DIVERSITY STILL LACKING IN CANCER TRIALS— Cancer researchers are still failing to recruit people of diverse ethnicity and race to their clinical trials, according to a new JAMA Oncology study. Of the 230 clinical trials for drugs that were approved by the FDA from 2008 to 2018, only 18 divided the data by racial groups, and those that did showed they had had trouble recruiting representative samples of minorities. White patients accounted for an average of 76 percent of the participants; Asians represented 18 percent, while Hispanics accounted for 6 percent and blacks just 3 percent of the cancer trial participants.
Today: The Patient-Centered Outcomes Research Institute holds a webinar on research into suicide prevention, childhood asthma and kidney stones in children.

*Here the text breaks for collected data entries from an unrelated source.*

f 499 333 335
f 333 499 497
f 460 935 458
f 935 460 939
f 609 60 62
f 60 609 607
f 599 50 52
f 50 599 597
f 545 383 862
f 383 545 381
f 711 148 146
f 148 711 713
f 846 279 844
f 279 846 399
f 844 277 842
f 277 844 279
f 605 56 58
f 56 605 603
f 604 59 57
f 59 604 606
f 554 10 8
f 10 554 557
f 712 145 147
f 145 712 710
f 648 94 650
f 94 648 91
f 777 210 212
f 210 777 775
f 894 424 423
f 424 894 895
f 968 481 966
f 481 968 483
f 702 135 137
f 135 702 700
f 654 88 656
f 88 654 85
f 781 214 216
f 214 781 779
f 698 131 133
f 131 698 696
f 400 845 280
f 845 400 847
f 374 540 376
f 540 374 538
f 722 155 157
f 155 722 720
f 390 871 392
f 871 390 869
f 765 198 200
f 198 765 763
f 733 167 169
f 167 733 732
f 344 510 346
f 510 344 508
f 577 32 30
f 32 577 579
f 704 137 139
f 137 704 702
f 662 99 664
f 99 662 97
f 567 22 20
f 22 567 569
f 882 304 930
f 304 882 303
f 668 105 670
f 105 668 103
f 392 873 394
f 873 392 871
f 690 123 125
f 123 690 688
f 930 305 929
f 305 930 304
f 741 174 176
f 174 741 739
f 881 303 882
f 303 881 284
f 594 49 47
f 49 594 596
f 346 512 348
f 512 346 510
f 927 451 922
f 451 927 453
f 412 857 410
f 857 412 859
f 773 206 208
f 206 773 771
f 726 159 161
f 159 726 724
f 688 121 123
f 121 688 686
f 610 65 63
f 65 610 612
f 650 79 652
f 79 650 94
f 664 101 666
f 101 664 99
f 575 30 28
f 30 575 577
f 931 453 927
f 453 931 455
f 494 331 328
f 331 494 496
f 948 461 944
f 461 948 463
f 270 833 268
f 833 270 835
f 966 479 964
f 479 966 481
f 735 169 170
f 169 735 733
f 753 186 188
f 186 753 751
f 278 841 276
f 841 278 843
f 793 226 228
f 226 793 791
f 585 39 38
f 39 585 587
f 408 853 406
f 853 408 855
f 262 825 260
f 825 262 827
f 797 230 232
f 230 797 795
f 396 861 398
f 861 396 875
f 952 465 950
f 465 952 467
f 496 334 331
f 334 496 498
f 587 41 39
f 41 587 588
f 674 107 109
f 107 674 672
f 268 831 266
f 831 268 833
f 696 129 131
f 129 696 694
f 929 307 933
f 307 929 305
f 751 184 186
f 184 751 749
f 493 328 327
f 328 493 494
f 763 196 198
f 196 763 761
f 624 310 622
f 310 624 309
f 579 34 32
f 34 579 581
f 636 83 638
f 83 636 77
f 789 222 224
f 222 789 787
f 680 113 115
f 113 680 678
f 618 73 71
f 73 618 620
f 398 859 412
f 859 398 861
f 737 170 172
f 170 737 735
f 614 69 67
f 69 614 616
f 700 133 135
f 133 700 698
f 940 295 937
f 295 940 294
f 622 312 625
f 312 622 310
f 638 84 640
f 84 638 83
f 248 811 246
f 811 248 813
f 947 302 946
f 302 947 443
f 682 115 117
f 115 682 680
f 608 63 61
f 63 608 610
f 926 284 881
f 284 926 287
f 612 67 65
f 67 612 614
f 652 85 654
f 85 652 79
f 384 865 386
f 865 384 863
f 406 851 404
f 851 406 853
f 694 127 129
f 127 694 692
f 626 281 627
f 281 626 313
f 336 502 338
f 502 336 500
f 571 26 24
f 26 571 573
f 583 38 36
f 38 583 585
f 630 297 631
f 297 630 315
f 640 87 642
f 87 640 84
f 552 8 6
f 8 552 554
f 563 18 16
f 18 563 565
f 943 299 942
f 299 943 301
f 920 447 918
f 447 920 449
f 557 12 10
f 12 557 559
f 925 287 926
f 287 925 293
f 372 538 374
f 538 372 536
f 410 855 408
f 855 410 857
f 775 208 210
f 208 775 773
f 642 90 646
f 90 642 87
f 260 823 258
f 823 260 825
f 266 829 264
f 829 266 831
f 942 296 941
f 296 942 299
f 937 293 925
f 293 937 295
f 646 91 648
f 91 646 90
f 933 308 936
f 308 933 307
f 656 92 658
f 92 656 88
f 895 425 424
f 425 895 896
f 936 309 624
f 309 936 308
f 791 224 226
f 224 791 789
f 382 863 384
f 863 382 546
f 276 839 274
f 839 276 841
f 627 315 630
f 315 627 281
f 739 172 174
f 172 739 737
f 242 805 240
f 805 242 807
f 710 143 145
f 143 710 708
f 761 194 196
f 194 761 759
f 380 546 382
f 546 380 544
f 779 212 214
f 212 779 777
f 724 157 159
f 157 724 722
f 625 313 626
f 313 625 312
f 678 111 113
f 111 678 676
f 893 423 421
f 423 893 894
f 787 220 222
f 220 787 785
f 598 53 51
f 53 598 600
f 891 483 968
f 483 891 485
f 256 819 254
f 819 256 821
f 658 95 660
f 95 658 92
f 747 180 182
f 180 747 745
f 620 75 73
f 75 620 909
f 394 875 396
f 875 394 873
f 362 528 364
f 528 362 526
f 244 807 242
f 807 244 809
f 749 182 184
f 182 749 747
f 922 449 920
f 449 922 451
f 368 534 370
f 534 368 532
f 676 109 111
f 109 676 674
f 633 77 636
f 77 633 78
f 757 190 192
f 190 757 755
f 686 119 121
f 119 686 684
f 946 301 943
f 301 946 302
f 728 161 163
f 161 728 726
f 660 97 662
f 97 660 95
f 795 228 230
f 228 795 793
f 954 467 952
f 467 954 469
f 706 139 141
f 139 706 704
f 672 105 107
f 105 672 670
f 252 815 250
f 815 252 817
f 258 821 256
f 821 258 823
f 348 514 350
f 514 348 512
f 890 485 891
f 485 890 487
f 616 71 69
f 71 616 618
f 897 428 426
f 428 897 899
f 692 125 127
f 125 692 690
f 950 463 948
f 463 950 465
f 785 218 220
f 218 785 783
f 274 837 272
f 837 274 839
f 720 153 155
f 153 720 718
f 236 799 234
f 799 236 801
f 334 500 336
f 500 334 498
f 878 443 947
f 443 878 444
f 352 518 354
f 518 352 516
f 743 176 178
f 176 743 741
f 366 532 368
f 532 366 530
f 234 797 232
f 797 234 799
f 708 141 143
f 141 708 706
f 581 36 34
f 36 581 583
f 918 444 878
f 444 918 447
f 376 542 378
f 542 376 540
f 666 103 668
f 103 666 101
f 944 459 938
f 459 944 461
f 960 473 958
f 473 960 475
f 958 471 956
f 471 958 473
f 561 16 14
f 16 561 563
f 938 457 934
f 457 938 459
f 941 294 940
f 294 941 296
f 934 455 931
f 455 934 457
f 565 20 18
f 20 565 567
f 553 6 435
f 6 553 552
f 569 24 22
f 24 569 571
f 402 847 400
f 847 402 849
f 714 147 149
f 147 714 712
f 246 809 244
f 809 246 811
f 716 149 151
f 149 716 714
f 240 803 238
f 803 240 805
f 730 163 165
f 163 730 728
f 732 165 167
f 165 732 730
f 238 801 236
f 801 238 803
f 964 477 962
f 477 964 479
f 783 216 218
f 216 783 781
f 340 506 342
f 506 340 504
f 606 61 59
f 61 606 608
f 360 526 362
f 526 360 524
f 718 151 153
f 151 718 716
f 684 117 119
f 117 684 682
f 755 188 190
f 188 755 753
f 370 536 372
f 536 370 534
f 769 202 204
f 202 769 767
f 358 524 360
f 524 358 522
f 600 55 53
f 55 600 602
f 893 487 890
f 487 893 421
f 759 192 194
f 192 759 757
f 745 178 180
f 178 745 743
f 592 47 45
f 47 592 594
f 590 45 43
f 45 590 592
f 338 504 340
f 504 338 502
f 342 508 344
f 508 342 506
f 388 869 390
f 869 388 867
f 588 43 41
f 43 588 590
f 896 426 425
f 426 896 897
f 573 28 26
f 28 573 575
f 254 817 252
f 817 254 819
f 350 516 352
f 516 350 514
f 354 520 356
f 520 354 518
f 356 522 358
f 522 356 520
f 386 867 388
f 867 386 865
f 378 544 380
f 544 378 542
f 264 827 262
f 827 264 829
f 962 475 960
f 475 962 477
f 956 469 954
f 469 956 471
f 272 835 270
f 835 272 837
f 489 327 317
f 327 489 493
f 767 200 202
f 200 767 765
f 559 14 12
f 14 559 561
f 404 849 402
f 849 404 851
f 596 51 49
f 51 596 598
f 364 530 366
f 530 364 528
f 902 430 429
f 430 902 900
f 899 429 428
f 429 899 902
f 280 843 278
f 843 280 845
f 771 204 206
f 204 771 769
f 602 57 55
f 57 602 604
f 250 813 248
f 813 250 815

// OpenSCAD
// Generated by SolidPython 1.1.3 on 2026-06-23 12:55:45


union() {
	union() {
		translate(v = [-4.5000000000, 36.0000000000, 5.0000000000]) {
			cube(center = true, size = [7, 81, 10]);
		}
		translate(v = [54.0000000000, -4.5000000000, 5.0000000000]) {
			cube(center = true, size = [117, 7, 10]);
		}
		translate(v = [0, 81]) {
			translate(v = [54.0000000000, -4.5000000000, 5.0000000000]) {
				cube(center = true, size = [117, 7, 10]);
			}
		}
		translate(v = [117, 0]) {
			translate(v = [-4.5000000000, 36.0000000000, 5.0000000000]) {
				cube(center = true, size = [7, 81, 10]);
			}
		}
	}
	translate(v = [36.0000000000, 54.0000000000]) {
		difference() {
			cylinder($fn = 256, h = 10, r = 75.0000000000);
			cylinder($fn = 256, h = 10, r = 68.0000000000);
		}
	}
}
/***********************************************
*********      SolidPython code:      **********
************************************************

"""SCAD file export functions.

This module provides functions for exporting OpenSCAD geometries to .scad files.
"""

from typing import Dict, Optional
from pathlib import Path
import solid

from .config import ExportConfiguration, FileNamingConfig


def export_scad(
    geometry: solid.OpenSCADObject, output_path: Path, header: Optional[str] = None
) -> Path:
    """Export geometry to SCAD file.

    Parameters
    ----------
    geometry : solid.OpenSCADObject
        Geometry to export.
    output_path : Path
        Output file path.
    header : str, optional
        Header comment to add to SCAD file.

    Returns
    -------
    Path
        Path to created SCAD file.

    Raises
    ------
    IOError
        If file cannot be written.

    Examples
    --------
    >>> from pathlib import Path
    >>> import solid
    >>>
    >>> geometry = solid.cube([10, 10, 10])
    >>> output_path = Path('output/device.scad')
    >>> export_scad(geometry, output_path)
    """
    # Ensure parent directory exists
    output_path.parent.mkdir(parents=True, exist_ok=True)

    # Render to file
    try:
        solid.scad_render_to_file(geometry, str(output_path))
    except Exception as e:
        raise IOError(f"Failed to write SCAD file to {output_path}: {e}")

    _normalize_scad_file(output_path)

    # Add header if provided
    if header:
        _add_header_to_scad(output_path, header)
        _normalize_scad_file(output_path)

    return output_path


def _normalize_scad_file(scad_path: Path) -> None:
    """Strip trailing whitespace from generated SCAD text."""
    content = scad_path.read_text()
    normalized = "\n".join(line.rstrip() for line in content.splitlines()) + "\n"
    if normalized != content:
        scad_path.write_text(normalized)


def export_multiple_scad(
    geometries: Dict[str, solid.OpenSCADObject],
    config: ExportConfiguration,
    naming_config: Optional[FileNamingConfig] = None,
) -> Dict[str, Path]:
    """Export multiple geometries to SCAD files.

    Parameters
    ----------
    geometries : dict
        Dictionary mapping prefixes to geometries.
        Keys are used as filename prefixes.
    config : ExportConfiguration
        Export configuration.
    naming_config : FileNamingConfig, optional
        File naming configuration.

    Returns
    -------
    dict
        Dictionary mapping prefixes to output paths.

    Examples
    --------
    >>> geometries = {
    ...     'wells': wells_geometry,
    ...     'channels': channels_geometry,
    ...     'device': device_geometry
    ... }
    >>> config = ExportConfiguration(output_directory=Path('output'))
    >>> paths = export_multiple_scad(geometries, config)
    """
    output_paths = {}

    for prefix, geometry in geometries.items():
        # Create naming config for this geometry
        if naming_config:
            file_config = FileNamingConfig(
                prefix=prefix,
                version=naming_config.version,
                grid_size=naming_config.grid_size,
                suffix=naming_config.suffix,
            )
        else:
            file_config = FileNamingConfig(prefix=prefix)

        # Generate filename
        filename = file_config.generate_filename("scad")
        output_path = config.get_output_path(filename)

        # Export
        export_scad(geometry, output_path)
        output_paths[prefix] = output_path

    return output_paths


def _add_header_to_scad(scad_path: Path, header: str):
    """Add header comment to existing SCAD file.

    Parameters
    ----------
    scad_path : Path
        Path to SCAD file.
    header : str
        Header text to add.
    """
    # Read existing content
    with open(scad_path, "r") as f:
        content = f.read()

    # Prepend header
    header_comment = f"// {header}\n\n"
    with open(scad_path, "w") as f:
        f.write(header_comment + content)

BREXIT COULD LEAD TO DRUG SHORTAGES — British industry is reeling from a leaked report that a “no-deal Brexit” would bring about a shortage of drugs as well as fresh produce. According to leaked U.K. Cabinet Office documents published by The Sunday Times, 85 percent of trucks transporting essential medicines may not be ready for French customs in time for the current October 31 deadline for a deal. About three-quarters of all drugs coming into the U.K. pass through a particular crossing in France. “We told you this would be the worst case scenario if nothing was done and very little has been done up to this point,” Rod Mckenzie from the Road Haulage Association said Monday. Meanwhile, the European Commission is letting London stew over the implications of Prime Minister Boris Johnson’s promise the country will quit the EU by October 31, with or without a deal.
UNLIKELY BORIS TOUTING VACCINES — Amid the worst global measles epidemic in years, British Prime Minister Boris Johnson says he wants his country’s doctors to push hesitant parents to get their children vaccinated, and he’s also looking for ways to quash fake news about vaccines on social media. The U.K., where vaccination against childhood diseases is recommended but not mandatory, this week lost its measles-free status with the World Health Organization after England and Wales reported 231 cases in the first quarter of 2019. Johnson had shown disdain for scientific expertise, said James Wilson, a senior University College London lecture, “so it is hard not to see Boris as now frantically trying to beat out flames he has spent some time fanning.” Public trust in the measles-mumps-rubella (MMR) vaccine still lags in Britain despite the debunking of a 1998 paper linking it to childhood autism. Distrust of vaccines is highest among Boris’ biggest backers — people who voted for the Brexit party.
NOVARTIS CEO WORKS TO REBUILD REP — When Vas Narasimhan began his term as Novartis’s CEO, news broke that the company had paid $1.2 million dollars to Michael Cohen, President Donald Trump’s lawyer, for information on the administration’s health care policy. That decision was made before Narasimhan became CEO, but now he’s dealing with another controversy — evidence the company knowingly submitted data errors in it’s application for Zolgensma, the fantastically expensive spinal muscular atrophy gene therapy. Narasimhan said he’s working to “rebuild trust with society,” the Wall Street Journal’s Denise Roland and Tom Burton reports.
FDA’s new chief technology officer, Vid Desai, brings more than three decades of experience in medical and research companies to the job, Acting FDA Commissioner Ned Sharpless wrote in an internal memo Monday. Desai will help the agency build more integrated IT systems and weave analytics into its review processes, Sharpless said. Mohammed Sohail Chaudhry has been acting CTO at FDA since 2015.